Retype the data below without altering anything.

Saved data entries:
***

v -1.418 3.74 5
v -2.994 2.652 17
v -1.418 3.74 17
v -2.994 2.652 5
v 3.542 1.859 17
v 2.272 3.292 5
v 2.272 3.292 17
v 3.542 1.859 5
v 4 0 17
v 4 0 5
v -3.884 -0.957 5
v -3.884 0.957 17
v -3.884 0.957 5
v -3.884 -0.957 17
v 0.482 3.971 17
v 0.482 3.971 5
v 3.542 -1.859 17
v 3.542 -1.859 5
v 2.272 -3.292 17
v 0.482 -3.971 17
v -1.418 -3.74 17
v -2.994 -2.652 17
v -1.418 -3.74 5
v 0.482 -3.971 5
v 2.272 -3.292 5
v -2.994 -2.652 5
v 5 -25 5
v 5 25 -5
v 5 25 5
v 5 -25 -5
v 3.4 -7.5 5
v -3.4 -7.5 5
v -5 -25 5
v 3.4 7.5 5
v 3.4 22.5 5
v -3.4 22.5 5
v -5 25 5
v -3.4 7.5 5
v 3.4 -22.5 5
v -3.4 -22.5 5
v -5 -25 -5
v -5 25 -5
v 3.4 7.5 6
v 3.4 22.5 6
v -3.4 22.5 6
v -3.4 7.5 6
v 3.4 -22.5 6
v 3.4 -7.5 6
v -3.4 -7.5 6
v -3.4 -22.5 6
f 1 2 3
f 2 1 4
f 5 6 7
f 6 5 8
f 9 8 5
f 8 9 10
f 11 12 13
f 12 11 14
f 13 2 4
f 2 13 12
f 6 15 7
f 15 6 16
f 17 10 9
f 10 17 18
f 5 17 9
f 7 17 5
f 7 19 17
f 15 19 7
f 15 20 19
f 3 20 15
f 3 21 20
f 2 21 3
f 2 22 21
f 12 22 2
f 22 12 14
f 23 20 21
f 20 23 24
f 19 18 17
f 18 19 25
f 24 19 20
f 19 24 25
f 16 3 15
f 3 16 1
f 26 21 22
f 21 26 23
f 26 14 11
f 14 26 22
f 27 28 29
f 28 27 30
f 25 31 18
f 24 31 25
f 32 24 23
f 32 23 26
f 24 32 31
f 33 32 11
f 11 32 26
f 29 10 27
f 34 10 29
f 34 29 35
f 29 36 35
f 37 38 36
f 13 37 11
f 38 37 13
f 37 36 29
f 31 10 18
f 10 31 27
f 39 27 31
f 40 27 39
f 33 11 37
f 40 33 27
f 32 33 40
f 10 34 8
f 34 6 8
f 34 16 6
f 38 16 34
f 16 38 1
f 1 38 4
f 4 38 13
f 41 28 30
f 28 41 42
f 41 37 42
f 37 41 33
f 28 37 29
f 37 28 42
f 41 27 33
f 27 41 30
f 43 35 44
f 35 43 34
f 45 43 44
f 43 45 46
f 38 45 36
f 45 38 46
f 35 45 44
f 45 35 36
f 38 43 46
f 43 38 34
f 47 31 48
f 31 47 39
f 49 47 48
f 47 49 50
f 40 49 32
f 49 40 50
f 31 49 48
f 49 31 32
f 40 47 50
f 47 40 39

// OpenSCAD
plug_r = 4;

cylinder(17, plug_r, plug_r);
cube([10, 50, 10], true);
translate([0,15,1])
cube([6.8, 15, 10], true);

translate([0,-15,1])
cube([6.8, 15, 10], true);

***

- _RESPONSE AREA_:
v -1.418 3.74 5
v -2.994 2.652 17
v -1.418 3.74 17
v -2.994 2.652 5
v 3.542 1.859 17
v 2.272 3.292 5
v 2.272 3.292 17
v 3.542 1.859 5
v 4 0 17
v 4 0 5
v -3.884 -0.957 5
v -3.884 0.957 17
v -3.884 0.957 5
v -3.884 -0.957 17
v 0.482 3.971 17
v 0.482 3.971 5
v 3.542 -1.859 17
v 3.542 -1.859 5
v 2.272 -3.292 17
v 0.482 -3.971 17
v -1.418 -3.74 17
v -2.994 -2.652 17
v -1.418 -3.74 5
v 0.482 -3.971 5
v 2.272 -3.292 5
v -2.994 -2.652 5
v 5 -25 5
v 5 25 -5
v 5 25 5
v 5 -25 -5
v 3.4 -7.5 5
v -3.4 -7.5 5
v -5 -25 5
v 3.4 7.5 5
v 3.4 22.5 5
v -3.4 22.5 5
v -5 25 5
v -3.4 7.5 5
v 3.4 -22.5 5
v -3.4 -22.5 5
v -5 -25 -5
v -5 25 -5
v 3.4 7.5 6
v 3.4 22.5 6
v -3.4 22.5 6
v -3.4 7.5 6
v 3.4 -22.5 6
v 3.4 -7.5 6
v -3.4 -7.5 6
v -3.4 -22.5 6
f 1 2 3
f 2 1 4
f 5 6 7
f 6 5 8
f 9 8 5
f 8 9 10
f 11 12 13
f 12 11 14
f 13 2 4
f 2 13 12
f 6 15 7
f 15 6 16
f 17 10 9
f 10 17 18
f 5 17 9
f 7 17 5
f 7 19 17
f 15 19 7
f 15 20 19
f 3 20 15
f 3 21 20
f 2 21 3
f 2 22 21
f 12 22 2
f 22 12 14
f 23 20 21
f 20 23 24
f 19 18 17
f 18 19 25
f 24 19 20
f 19 24 25
f 16 3 15
f 3 16 1
f 26 21 22
f 21 26 23
f 26 14 11
f 14 26 22
f 27 28 29
f 28 27 30
f 25 31 18
f 24 31 25
f 32 24 23
f 32 23 26
f 24 32 31
f 33 32 11
f 11 32 26
f 29 10 27
f 34 10 29
f 34 29 35
f 29 36 35
f 37 38 36
f 13 37 11
f 38 37 13
f 37 36 29
f 31 10 18
f 10 31 27
f 39 27 31
f 40 27 39
f 33 11 37
f 40 33 27
f 32 33 40
f 10 34 8
f 34 6 8
f 34 16 6
f 38 16 34
f 16 38 1
f 1 38 4
f 4 38 13
f 41 28 30
f 28 41 42
f 41 37 42
f 37 41 33
f 28 37 29
f 37 28 42
f 41 27 33
f 27 41 30
f 43 35 44
f 35 43 34
f 45 43 44
f 43 45 46
f 38 45 36
f 45 38 46
f 35 45 44
f 45 35 36
f 38 43 46
f 43 38 34
f 47 31 48
f 31 47 39
f 49 47 48
f 47 49 50
f 40 49 32
f 49 40 50
f 31 49 48
f 49 31 32
f 40 47 50
f 47 40 39

// OpenSCAD
plug_r = 4;

cylinder(17, plug_r, plug_r);
cube([10, 50, 10], true);
translate([0,15,1])
cube([6.8, 15, 10], true);

translate([0,-15,1])
cube([6.8, 15, 10], true);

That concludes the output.